In PowerPivot v1, we had to “fix” this by prepending strings for correct sorting, yielding slicers with values like “1 – Counter” and “2 – Budget” on them. Yuck.
In PowerPivot v2 however, we have a much better fix: the Sort By Column feature.
First we need a single numerical (or text) column that sorts the table in the proper order.
Doesn’t matter how you go about creating this column – as long as you create one (or already have one), it works.
In this case I will use a new calculated column:
Figure 172 Creating a column that will sort properly (in this case, my column will be the midpoint of each price tier)
Now I select the RangeName column and click the Sort by Column button on the ribbon:
Figure 173 Select label column, click Sort by Column
In the dialog, set it to sort by the new MidPt column:
Figure 174 Set the “sort by” column to the MidPt column
Flip back over to Excel:
Figure 175 Changing the Sort By Column triggers the “refresh” prompt
Click the refresh button and the slicer sort order is fixed:
Figure 176 Refresh, and the Sort By Column feature “kicks in” – the slicer is now properly sorted
Completing the Min/Max Threshold
Now, just like in the simple threshold example, we need versions of [Product Count] and [Total Sales] measures that respect the user’s selection on the slicer:
[ProductCount MinMaxTier] =
CALCULATE([Product Count],
FILTER(
Products, Products[ListPrice]>=[PriceTierMin] &&
Products[ListPrice]<=[PriceTierMax]
)
)
Since FILTER() only supports a single <rich filter> expression, I use the && operator – a row of Products table needs to meet both of those comparison tests in order to be included.
But since CALCULATE() itself does support multiple <filter> arguments, I could have done this without the && operator by using two FILTER() functions:
CALCULATE(<measure>, FILTER(…), FILTER(…) )
That would yield the same results. I use the && approach whenever I can though, because it is less expensive (in terms of performance) to do so. More on this later.

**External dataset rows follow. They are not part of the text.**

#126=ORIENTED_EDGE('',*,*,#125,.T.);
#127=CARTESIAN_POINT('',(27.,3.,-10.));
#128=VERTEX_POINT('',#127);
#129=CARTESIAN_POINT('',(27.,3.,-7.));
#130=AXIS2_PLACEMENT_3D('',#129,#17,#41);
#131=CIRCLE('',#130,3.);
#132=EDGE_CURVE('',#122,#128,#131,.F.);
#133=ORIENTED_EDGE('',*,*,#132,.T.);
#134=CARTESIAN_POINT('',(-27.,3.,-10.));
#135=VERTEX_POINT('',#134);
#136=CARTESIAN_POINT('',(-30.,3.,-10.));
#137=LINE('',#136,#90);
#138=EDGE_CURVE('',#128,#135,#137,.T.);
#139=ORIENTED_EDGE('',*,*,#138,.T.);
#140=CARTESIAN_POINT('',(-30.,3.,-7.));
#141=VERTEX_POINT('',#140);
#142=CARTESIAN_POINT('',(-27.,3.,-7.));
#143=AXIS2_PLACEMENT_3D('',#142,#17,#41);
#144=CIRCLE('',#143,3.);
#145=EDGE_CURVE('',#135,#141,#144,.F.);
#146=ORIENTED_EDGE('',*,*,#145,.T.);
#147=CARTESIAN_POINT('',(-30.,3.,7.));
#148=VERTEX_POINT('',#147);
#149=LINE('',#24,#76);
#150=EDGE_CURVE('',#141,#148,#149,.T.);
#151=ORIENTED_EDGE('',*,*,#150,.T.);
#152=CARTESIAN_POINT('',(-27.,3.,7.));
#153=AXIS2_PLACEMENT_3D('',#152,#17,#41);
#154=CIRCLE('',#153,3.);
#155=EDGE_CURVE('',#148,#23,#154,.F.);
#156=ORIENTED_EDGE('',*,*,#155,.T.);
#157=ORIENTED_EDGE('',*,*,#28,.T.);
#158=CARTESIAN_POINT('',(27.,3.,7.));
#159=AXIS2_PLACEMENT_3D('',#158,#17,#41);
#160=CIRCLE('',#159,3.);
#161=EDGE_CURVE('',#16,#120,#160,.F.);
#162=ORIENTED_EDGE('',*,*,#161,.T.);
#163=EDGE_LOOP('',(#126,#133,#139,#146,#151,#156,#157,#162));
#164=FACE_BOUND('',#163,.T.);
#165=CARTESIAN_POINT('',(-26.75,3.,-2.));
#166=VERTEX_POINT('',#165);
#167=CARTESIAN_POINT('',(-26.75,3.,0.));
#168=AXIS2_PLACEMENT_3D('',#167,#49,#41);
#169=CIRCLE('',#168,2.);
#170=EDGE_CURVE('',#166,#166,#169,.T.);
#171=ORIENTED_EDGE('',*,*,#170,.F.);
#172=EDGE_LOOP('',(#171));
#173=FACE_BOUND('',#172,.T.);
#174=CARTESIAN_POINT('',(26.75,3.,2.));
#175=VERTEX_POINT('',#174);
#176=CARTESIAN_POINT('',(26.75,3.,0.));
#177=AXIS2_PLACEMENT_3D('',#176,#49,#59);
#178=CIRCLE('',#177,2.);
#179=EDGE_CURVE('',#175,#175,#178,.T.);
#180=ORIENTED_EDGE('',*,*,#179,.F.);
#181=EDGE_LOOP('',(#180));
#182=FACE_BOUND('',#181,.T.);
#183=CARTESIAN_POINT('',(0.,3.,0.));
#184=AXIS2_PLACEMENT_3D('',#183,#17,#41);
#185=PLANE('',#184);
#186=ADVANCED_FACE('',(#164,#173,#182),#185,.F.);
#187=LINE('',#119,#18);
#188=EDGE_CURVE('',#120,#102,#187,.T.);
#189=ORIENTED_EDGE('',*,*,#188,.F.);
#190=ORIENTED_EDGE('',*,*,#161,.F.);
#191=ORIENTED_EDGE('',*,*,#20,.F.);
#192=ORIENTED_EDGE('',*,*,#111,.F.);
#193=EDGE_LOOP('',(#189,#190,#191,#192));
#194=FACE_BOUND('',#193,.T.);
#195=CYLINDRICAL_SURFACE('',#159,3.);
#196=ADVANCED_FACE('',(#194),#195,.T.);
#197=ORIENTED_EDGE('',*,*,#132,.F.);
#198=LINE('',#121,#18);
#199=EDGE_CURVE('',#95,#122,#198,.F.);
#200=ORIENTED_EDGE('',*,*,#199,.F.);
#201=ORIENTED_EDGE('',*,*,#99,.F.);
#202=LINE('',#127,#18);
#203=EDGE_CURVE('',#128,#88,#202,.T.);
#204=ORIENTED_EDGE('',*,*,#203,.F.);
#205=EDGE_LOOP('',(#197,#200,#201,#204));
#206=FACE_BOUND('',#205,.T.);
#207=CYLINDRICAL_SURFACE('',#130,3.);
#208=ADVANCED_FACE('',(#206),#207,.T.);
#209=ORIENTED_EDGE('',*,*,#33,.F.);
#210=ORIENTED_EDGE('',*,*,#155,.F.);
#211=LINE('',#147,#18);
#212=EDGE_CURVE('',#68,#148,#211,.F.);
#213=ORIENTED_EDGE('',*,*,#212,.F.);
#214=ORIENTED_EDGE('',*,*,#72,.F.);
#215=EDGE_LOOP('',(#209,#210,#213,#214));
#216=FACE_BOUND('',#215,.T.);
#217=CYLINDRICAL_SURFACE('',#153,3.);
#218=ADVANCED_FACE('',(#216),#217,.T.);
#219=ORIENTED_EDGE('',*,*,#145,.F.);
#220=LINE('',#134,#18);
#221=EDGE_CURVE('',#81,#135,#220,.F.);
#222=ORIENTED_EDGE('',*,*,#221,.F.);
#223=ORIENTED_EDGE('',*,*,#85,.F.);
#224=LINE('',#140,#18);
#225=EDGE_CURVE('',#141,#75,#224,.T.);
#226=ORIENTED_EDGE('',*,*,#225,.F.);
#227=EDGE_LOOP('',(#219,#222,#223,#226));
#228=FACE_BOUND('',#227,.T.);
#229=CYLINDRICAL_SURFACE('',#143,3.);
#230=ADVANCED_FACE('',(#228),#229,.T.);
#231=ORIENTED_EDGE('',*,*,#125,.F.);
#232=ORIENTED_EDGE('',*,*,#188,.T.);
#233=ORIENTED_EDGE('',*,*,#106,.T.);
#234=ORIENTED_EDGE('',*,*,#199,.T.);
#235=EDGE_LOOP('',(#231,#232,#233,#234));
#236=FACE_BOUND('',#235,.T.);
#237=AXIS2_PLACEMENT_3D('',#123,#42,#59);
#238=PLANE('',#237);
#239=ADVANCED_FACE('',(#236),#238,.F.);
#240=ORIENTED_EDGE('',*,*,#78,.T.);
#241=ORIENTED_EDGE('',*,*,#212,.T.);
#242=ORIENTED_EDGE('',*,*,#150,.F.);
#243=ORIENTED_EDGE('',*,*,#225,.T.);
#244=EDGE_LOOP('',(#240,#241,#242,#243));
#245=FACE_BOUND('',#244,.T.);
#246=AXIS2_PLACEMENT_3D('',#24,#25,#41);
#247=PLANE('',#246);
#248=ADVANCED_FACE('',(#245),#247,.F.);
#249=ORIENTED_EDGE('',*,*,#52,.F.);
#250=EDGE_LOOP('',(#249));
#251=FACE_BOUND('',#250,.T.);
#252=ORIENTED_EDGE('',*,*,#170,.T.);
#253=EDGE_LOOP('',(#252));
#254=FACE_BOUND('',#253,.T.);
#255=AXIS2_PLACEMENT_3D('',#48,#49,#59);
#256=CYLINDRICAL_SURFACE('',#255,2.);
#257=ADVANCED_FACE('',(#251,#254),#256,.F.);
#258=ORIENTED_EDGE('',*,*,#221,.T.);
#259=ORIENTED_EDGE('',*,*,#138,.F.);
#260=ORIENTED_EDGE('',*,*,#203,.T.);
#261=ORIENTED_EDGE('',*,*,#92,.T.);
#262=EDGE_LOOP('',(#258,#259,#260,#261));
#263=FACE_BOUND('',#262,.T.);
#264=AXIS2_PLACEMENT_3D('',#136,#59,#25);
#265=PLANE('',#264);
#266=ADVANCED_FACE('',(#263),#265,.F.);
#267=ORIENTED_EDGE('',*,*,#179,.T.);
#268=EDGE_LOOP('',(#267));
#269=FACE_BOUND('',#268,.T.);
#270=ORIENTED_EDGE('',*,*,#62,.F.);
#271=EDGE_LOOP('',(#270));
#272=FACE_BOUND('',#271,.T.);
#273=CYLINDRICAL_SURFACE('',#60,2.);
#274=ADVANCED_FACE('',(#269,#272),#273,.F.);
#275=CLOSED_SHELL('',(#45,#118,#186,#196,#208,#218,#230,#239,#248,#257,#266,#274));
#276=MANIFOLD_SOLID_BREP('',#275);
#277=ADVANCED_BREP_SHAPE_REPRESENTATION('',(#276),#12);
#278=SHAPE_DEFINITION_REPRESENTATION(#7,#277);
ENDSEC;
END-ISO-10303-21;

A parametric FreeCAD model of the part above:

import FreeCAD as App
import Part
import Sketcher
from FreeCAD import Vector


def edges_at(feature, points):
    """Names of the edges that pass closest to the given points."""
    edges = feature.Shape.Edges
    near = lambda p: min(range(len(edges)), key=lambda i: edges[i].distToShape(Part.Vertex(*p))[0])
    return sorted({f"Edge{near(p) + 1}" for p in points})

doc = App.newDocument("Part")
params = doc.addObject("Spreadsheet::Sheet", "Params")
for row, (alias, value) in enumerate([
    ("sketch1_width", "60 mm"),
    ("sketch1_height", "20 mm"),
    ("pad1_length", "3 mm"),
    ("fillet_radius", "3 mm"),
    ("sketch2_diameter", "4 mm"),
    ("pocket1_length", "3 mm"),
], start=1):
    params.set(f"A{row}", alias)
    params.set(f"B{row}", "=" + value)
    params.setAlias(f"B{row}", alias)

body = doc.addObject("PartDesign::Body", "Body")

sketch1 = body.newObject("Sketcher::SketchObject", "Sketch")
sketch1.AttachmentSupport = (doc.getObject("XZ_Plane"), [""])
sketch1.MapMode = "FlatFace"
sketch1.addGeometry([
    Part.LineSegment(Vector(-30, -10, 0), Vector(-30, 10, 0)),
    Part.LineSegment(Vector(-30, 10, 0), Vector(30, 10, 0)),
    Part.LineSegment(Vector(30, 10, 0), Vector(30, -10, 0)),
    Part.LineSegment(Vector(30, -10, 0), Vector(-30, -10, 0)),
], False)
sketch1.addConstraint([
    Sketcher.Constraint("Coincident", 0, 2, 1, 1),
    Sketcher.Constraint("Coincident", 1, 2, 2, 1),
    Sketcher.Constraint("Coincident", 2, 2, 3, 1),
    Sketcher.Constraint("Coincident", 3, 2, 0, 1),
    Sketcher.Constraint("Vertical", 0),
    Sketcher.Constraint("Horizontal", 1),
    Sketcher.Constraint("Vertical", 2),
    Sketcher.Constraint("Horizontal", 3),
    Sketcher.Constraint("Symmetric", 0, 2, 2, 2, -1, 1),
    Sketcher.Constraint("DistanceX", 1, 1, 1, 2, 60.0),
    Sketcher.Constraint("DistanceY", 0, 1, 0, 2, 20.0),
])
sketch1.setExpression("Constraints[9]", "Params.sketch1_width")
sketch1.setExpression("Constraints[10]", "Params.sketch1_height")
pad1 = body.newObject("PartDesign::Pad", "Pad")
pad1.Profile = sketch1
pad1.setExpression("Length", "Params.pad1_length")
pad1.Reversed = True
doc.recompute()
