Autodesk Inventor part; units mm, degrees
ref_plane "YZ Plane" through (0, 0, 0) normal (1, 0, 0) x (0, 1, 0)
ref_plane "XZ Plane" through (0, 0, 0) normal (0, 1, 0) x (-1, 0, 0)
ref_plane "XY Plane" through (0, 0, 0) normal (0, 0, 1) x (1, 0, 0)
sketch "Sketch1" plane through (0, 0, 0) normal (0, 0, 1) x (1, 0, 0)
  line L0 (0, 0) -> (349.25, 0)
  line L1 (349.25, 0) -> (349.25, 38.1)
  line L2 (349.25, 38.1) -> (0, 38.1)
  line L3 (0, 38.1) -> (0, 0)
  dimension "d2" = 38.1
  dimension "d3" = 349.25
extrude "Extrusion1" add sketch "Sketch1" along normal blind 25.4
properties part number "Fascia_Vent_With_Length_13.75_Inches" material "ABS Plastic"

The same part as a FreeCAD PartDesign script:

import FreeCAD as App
import Part
import Sketcher
from FreeCAD import Vector
Q = App.Units.Quantity

doc = App.newDocument("Part")
params = doc.addObject("Spreadsheet::Sheet", "Params")
for row, (alias, value) in enumerate([
    ("sketch1_height", "1.5 in"),
    ("sketch1_width", "13.75 in"),
    ("pad1_length", "1 in"),
], start=1):
    params.set(f"A{row}", alias)
    params.set(f"B{row}", "=" + value)
    params.setAlias(f"B{row}", alias)

body = doc.addObject("PartDesign::Body", "Body")

# Sketch on XY plane
sketch1 = doc.addObject("Sketcher::SketchObject", "Sketch")
body.addObject(sketch1)
sketch1.AttachmentSupport = (doc.XY_Plane, [""])
sketch1.MapMode = "FlatFace"
sketch1.addGeometry([
    Part.LineSegment(Vector(0, 38.1, 0), Vector(0, 0, 0)),
    Part.LineSegment(Vector(0, 0, 0), Vector(349.25, 0, 0)),
    Part.LineSegment(Vector(349.25, 0, 0), Vector(349.25, 38.1, 0)),
    Part.LineSegment(Vector(349.25, 38.1, 0), Vector(0, 38.1, 0)),
], False)
sketch1.addConstraint([
    Sketcher.Constraint("Coincident", 0, 2, 1, 1),
    Sketcher.Constraint("Coincident", 1, 2, 2, 1),
    Sketcher.Constraint("Coincident", 2, 2, 3, 1),
    Sketcher.Constraint("Coincident", 3, 2, 0, 1),
    Sketcher.Constraint("Vertical", 0),
    Sketcher.Constraint("Horizontal", 1),
    Sketcher.Constraint("Vertical", 2),
    Sketcher.Constraint("Horizontal", 3),
    Sketcher.Constraint("Coincident", 0, 2, -1, 1),
    Sketcher.Constraint("DistanceY", 0, 2, 0, 1, Q("1.5 in")),
    Sketcher.Constraint("DistanceX", 1, 1, 1, 2, Q("13.75 in")),
])
sketch1.setExpression("Constraints[9]", "Params.sketch1_height")
sketch1.setExpression("Constraints[10]", "Params.sketch1_width")
pad1 = doc.addObject("PartDesign::Pad", "Pad")
body.addObject(pad1)
pad1.Profile = sketch1
pad1.setExpression("Length", "Params.pad1_length")

doc.recompute()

And then the [Total Sales] version, again employing the “copy/paste/change base measure” trick:
[Total Sales MinMaxTier] =
CALCULATE([Total Sales],
FILTER(
Products, Products[ListPrice]>=[PriceTierMin] &&
Products[ListPrice]<=[PriceTierMax]
)
)
Now I’ll put both measures on the pivot, and remove the harvester measures:
Figure 177 It’s alive! :-)
A Way to Visualize Disconnected Tables
Disconnected tables, by definition, have no relationships to other tables in the model. If we look at diagram view, we see that the PriceTiers table, for instance, is an island like we expect:
Figure 178 PriceTiers Disconnected Table has no Relationship Arrows (as expected)
But when we use the “MinMaxTier” measures that we wrote above, the PriceTiers table does act a lot like a Lookup table, since the PriceTiers filter context (such as user selections on the slicer) very much impacts the measure calculations and results.
So I often like to say that disconnected tables have a “dotted line” relationship with the tables that contain the corresponding FILTER() measures. In your head, you might think of it like this:
Figure 179 In your head, you can imagine “dotted line” relationships
Disconnected tables only impact the measures that are specifically written to “pay attention” to them – so the PriceTiers table impacts [ProductCount MinMaxTier] and [Total Sales MinMaxTier], but no other measures in the Products and Sales tables
Putting This Chapter in Perspective
A couple things I want to emphasize before moving on:
• We are not done with FILTER(). There’s more to learn about FILTER() than what I have covered here, but I want to come back to those points later. It is not essential to learn the rest yet, and I am sticking to my philosophy of introducing things to you in the most learnable/useful order.
• You will not use disconnected tables most of the time. 90% of the pivots I create do not use disconnected tables. The other 10% of the time, they are very, very useful. I introduced disconnected tables in these last two chapters in large part because they are a great introduction to the FILTER() function (and also because they are a useful technique).